::: DATA FOR ANALYSIS :::
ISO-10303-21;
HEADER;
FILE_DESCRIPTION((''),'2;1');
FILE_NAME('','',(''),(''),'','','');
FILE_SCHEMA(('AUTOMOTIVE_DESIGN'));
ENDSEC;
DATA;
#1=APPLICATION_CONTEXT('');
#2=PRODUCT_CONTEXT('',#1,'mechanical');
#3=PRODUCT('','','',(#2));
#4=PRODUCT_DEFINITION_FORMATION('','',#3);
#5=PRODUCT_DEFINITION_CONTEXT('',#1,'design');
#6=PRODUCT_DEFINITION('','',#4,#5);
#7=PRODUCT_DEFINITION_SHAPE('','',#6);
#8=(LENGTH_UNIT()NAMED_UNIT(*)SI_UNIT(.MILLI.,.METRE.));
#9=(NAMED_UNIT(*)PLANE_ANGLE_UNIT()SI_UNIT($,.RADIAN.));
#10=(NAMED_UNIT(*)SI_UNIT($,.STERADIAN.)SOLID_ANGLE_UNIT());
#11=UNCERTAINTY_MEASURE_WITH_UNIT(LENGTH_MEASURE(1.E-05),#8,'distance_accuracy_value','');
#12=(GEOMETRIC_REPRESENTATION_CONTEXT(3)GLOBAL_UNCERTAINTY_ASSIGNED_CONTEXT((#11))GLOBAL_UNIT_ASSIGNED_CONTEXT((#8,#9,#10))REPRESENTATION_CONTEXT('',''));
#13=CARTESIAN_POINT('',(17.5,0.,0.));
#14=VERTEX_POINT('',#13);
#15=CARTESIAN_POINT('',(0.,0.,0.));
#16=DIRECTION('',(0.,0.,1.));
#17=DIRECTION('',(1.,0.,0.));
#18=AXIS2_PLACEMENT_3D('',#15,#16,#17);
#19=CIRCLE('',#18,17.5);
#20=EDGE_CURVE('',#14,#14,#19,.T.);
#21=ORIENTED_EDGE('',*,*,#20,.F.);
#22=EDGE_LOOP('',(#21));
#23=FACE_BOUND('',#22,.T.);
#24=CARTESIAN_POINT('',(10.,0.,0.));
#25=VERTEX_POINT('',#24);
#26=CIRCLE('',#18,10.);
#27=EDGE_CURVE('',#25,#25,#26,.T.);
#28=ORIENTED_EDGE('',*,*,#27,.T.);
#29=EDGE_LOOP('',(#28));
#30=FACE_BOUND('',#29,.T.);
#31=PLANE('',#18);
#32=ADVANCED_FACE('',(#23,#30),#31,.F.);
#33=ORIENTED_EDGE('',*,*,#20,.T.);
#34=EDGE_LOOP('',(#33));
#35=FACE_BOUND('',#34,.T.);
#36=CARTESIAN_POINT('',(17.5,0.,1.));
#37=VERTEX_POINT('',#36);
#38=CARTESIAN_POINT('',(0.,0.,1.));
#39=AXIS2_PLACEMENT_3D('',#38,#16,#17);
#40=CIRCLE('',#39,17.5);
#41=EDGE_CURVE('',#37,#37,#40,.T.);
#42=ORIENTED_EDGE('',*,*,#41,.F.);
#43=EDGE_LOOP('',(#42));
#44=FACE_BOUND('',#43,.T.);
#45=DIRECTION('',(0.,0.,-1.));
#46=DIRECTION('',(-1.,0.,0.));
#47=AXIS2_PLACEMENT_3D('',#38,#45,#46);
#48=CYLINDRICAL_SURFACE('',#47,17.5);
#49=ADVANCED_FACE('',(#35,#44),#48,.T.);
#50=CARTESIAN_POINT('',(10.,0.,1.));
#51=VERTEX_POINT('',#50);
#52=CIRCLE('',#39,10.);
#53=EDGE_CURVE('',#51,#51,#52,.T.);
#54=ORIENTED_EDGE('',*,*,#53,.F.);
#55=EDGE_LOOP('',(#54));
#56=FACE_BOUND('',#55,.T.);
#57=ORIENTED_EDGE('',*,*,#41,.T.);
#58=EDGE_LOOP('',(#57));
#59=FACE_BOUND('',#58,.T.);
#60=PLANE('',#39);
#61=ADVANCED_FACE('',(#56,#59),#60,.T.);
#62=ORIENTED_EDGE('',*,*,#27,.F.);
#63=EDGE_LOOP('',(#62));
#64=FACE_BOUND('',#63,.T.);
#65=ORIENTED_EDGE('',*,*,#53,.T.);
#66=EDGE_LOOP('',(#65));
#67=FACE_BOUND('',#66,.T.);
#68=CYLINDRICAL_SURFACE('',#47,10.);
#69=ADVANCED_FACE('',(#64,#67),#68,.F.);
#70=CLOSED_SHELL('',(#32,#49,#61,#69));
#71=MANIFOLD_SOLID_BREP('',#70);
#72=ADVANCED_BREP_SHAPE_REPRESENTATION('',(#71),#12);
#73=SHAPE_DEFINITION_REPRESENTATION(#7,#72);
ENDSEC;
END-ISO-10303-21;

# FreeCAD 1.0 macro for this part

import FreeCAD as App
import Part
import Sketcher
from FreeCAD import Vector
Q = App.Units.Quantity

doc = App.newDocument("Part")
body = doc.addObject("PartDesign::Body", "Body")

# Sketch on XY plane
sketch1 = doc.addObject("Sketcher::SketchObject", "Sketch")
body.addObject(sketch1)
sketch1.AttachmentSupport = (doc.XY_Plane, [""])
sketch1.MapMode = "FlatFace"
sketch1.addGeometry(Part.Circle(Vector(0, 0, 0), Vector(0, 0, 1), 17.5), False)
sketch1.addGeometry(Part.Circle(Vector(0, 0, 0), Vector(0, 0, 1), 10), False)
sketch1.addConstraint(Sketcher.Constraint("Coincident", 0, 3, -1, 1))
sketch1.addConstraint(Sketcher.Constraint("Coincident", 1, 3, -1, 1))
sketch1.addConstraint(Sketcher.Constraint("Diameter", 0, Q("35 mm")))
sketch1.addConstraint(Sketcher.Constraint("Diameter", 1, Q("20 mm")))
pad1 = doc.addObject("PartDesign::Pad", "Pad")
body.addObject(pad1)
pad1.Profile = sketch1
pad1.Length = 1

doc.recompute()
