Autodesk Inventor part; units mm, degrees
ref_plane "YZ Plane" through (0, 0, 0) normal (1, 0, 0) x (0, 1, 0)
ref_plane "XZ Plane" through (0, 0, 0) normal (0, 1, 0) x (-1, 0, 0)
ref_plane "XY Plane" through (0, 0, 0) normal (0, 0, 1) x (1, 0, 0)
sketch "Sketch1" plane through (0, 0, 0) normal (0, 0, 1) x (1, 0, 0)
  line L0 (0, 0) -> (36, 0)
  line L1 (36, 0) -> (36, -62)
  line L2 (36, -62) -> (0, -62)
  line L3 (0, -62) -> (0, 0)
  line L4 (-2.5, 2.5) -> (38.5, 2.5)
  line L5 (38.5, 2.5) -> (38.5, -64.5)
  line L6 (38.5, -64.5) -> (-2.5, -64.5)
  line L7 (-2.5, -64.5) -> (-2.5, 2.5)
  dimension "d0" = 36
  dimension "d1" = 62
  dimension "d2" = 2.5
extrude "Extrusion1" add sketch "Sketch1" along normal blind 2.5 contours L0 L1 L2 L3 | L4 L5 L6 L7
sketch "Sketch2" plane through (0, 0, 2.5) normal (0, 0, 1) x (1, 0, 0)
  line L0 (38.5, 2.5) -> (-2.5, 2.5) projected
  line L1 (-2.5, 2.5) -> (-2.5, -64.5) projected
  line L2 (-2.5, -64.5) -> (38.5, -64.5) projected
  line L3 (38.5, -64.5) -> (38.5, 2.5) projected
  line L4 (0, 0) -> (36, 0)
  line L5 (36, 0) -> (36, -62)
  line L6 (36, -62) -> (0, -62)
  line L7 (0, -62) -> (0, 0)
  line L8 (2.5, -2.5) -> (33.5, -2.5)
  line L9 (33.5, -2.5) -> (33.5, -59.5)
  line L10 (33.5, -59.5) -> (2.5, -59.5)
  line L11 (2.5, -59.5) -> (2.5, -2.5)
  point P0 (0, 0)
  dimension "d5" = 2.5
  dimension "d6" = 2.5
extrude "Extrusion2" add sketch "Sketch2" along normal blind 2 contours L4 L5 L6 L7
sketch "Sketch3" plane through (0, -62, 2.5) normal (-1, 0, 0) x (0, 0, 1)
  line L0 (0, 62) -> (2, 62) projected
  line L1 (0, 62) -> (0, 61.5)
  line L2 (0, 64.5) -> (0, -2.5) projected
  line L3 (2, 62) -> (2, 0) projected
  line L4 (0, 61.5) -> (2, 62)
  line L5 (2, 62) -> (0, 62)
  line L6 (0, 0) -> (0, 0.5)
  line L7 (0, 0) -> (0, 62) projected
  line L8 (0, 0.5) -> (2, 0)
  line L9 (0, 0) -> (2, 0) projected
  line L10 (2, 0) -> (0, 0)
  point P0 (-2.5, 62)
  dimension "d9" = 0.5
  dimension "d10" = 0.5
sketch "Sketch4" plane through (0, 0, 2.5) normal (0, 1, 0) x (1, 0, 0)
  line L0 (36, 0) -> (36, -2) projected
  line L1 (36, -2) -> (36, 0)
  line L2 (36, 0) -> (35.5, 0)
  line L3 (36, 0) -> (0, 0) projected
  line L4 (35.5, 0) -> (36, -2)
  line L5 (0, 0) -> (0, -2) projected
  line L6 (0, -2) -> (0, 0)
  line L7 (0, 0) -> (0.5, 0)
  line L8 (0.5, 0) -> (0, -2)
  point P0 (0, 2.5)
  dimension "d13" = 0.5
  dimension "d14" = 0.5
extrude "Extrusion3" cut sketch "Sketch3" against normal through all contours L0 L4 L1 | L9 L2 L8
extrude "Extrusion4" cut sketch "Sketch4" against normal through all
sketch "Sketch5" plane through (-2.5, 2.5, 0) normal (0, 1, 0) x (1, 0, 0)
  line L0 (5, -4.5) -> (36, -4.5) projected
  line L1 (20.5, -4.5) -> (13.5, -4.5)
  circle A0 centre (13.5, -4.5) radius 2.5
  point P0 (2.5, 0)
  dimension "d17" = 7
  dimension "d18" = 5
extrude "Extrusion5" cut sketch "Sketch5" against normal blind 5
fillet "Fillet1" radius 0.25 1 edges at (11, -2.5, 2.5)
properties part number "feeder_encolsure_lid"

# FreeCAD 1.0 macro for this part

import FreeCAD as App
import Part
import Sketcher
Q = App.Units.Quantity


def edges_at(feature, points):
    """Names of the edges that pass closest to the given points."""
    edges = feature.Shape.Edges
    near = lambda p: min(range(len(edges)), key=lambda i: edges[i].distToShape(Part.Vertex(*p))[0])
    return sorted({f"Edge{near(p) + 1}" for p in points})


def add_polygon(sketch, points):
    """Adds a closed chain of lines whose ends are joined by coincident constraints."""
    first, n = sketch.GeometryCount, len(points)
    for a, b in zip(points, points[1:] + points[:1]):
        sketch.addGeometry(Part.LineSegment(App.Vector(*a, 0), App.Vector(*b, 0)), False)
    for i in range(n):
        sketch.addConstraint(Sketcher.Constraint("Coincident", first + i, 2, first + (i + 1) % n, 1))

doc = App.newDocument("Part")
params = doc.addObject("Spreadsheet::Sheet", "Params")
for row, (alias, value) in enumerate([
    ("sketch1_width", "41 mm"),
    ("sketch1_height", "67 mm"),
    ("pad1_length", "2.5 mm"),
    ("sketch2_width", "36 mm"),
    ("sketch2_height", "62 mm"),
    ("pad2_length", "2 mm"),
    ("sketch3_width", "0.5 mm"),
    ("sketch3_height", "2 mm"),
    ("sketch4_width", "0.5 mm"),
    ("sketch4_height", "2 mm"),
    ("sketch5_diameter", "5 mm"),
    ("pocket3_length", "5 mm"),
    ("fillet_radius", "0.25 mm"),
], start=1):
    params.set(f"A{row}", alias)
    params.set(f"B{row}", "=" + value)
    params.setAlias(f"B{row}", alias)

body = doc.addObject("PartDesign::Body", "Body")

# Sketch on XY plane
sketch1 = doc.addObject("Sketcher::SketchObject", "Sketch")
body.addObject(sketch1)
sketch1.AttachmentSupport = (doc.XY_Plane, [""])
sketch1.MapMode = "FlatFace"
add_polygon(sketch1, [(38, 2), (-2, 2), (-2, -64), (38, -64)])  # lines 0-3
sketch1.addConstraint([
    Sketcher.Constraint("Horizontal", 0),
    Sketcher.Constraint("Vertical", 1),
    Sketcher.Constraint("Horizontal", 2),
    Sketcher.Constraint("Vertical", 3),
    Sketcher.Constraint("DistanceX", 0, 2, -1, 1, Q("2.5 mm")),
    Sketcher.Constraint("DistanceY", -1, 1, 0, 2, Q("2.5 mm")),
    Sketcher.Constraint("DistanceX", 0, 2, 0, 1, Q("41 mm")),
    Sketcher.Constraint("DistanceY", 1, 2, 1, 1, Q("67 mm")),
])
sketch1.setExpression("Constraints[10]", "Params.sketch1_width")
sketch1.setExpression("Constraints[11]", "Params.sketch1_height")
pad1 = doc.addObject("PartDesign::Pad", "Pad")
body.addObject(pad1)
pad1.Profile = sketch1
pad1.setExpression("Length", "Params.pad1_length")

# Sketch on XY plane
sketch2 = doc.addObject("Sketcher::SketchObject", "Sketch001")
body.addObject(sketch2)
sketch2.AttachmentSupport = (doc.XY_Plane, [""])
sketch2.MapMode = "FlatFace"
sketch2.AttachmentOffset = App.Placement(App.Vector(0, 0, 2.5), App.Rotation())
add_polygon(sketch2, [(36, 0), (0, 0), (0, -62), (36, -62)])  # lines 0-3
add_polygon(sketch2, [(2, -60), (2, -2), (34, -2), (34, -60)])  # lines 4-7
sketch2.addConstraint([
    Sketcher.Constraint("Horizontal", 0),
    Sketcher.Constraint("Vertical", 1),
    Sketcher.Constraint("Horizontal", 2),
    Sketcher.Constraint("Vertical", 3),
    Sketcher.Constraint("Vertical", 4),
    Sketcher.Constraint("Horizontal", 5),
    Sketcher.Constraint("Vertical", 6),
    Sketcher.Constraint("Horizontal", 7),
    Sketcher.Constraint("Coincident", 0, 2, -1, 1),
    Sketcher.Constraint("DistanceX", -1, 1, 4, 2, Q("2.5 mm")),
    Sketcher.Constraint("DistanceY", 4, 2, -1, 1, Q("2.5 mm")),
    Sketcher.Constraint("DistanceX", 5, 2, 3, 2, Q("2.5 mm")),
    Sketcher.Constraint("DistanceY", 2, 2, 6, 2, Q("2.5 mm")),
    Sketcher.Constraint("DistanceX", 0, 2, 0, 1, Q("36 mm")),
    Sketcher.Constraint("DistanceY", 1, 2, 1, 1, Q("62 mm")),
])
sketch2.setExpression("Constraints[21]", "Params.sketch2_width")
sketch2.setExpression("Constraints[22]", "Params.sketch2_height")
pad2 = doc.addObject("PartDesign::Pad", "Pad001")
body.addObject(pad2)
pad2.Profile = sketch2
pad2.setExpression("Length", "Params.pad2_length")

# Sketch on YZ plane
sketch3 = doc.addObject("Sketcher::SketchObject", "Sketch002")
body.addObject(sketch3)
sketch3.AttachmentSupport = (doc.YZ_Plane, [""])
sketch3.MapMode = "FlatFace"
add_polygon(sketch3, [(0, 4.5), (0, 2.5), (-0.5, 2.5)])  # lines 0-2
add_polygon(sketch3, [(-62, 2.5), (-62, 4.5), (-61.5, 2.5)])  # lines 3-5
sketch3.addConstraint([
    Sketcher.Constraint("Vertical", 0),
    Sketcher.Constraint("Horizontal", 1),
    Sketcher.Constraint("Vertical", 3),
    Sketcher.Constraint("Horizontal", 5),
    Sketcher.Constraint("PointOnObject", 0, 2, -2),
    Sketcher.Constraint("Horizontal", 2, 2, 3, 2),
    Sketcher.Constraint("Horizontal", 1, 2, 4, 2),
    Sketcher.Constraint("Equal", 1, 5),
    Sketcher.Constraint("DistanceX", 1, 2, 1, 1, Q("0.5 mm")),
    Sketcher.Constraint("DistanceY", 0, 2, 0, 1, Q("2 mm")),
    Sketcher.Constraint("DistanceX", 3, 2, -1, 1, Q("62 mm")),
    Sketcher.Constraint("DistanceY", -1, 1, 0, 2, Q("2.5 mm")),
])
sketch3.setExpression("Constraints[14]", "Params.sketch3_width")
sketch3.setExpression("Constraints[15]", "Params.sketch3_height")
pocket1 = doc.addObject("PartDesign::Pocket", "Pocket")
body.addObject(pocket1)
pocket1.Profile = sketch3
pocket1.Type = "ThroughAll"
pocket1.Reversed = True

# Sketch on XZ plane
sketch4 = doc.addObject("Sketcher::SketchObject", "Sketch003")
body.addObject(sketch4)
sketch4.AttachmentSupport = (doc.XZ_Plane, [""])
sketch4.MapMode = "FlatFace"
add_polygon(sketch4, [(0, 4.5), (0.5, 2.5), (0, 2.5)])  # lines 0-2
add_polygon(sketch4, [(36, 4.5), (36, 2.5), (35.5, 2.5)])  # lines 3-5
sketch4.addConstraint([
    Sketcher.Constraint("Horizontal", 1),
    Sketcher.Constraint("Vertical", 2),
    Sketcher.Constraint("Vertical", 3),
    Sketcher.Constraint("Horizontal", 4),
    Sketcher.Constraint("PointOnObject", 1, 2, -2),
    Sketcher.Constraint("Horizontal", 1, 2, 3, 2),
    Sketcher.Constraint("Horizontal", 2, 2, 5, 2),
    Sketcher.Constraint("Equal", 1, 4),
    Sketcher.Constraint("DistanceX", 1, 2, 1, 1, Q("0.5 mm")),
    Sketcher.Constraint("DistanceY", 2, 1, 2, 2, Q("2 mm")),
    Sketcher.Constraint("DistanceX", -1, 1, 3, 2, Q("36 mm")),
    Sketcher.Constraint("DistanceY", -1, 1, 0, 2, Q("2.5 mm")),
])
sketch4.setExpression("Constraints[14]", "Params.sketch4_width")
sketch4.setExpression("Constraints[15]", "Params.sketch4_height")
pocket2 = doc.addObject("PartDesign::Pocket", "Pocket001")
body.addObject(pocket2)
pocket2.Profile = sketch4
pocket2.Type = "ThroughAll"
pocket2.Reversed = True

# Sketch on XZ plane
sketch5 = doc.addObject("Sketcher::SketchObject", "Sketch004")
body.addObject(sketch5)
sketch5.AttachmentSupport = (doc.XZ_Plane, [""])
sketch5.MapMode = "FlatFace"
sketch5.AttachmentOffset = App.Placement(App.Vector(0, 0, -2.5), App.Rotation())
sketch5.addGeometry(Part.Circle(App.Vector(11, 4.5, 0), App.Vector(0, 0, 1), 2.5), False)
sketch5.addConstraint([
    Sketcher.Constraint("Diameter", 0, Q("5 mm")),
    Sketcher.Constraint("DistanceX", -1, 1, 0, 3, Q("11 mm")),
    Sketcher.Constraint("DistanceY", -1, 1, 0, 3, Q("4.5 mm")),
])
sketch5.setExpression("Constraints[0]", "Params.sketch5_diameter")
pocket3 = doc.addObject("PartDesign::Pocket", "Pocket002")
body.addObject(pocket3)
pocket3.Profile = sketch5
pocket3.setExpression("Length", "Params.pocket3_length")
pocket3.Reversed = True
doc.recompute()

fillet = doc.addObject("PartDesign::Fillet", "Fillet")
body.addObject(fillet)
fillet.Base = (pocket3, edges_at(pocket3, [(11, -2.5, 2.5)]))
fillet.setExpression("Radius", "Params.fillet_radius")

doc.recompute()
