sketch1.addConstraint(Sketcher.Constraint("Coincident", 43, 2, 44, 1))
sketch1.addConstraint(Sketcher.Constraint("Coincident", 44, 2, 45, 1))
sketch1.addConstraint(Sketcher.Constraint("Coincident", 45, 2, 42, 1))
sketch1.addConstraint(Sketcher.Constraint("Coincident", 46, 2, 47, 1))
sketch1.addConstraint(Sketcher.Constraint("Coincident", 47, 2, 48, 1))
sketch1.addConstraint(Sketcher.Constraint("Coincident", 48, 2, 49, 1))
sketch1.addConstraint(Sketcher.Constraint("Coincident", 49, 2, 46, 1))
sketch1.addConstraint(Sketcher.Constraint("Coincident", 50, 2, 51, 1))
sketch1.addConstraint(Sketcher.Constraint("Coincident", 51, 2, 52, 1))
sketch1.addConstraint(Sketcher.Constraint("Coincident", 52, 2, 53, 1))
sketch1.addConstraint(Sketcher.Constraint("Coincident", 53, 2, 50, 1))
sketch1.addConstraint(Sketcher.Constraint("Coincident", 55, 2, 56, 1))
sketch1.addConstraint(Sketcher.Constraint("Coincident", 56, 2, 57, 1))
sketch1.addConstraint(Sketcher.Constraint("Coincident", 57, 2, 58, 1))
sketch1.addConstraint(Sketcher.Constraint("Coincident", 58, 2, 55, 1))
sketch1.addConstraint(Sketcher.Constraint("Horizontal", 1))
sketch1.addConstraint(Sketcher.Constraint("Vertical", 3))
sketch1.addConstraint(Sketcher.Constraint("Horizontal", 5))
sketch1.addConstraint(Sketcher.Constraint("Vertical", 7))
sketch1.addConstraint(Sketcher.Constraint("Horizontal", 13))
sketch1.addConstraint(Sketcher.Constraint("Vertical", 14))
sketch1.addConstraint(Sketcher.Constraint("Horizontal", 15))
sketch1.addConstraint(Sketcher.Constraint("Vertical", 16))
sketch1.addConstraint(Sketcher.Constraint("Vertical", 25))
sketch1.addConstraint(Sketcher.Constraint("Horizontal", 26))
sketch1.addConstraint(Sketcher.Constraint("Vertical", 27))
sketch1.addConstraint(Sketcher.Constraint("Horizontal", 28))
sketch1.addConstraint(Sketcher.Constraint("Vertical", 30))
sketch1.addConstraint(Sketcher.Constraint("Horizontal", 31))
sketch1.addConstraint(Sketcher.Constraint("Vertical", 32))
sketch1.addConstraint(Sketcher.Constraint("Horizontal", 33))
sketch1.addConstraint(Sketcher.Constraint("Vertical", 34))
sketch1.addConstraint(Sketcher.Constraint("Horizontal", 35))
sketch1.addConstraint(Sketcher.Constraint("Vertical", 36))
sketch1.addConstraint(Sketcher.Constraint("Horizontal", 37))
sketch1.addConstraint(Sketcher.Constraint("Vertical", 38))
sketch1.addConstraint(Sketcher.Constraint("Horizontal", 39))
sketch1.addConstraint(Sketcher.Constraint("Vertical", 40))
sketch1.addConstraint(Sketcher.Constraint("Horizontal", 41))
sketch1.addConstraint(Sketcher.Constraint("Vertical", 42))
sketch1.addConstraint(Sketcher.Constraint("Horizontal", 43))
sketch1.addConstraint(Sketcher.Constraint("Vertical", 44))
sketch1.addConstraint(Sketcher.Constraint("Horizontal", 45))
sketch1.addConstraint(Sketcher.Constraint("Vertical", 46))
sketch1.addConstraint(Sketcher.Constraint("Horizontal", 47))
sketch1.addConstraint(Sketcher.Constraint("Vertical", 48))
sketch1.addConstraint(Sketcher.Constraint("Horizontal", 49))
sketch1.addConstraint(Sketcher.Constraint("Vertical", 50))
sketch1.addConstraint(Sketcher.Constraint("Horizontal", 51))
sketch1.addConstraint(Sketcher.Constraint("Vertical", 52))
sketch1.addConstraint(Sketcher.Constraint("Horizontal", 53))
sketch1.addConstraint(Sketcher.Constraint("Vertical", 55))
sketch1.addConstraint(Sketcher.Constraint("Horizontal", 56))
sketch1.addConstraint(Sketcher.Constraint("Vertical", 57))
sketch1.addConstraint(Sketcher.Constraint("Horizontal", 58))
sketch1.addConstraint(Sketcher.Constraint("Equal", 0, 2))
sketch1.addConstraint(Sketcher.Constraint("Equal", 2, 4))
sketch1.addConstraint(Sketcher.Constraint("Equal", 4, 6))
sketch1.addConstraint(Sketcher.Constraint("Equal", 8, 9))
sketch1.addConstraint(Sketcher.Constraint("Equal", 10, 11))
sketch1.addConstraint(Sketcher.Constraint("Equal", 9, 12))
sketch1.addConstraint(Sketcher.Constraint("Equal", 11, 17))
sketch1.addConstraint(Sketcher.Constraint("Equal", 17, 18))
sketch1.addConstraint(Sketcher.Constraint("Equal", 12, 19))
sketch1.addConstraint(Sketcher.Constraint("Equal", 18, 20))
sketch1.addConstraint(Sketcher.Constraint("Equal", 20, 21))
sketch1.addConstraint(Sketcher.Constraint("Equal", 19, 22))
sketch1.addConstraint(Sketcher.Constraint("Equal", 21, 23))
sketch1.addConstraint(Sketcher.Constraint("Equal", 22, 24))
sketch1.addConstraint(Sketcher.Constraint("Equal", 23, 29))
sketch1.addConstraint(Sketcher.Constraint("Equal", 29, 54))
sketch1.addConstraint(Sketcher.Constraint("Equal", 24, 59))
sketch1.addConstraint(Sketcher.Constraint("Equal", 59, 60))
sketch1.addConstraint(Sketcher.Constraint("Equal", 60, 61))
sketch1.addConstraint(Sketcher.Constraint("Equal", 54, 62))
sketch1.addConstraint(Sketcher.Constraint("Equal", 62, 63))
:::
WHAT THIS TASK INVOLVES:
In the material above, show every line where the word "extrude" turns up.

RESULT:
extrude "Extrusion1" add sketch "Sketch1" along normal blind 2.5 contours L0 L1 L2 L3 | L4 L5 L6 L7
extrude "Extrusion2" add sketch "Sketch2" along normal blind 2 contours L4 L5 L6 L7
extrude "Extrusion3" cut sketch "Sketch3" against normal through all contours L0 L4 L1 | L9 L2 L8
extrude "Extrusion4" cut sketch "Sketch4" against normal through all
extrude "Extrusion5" cut sketch "Sketch5" against normal blind 5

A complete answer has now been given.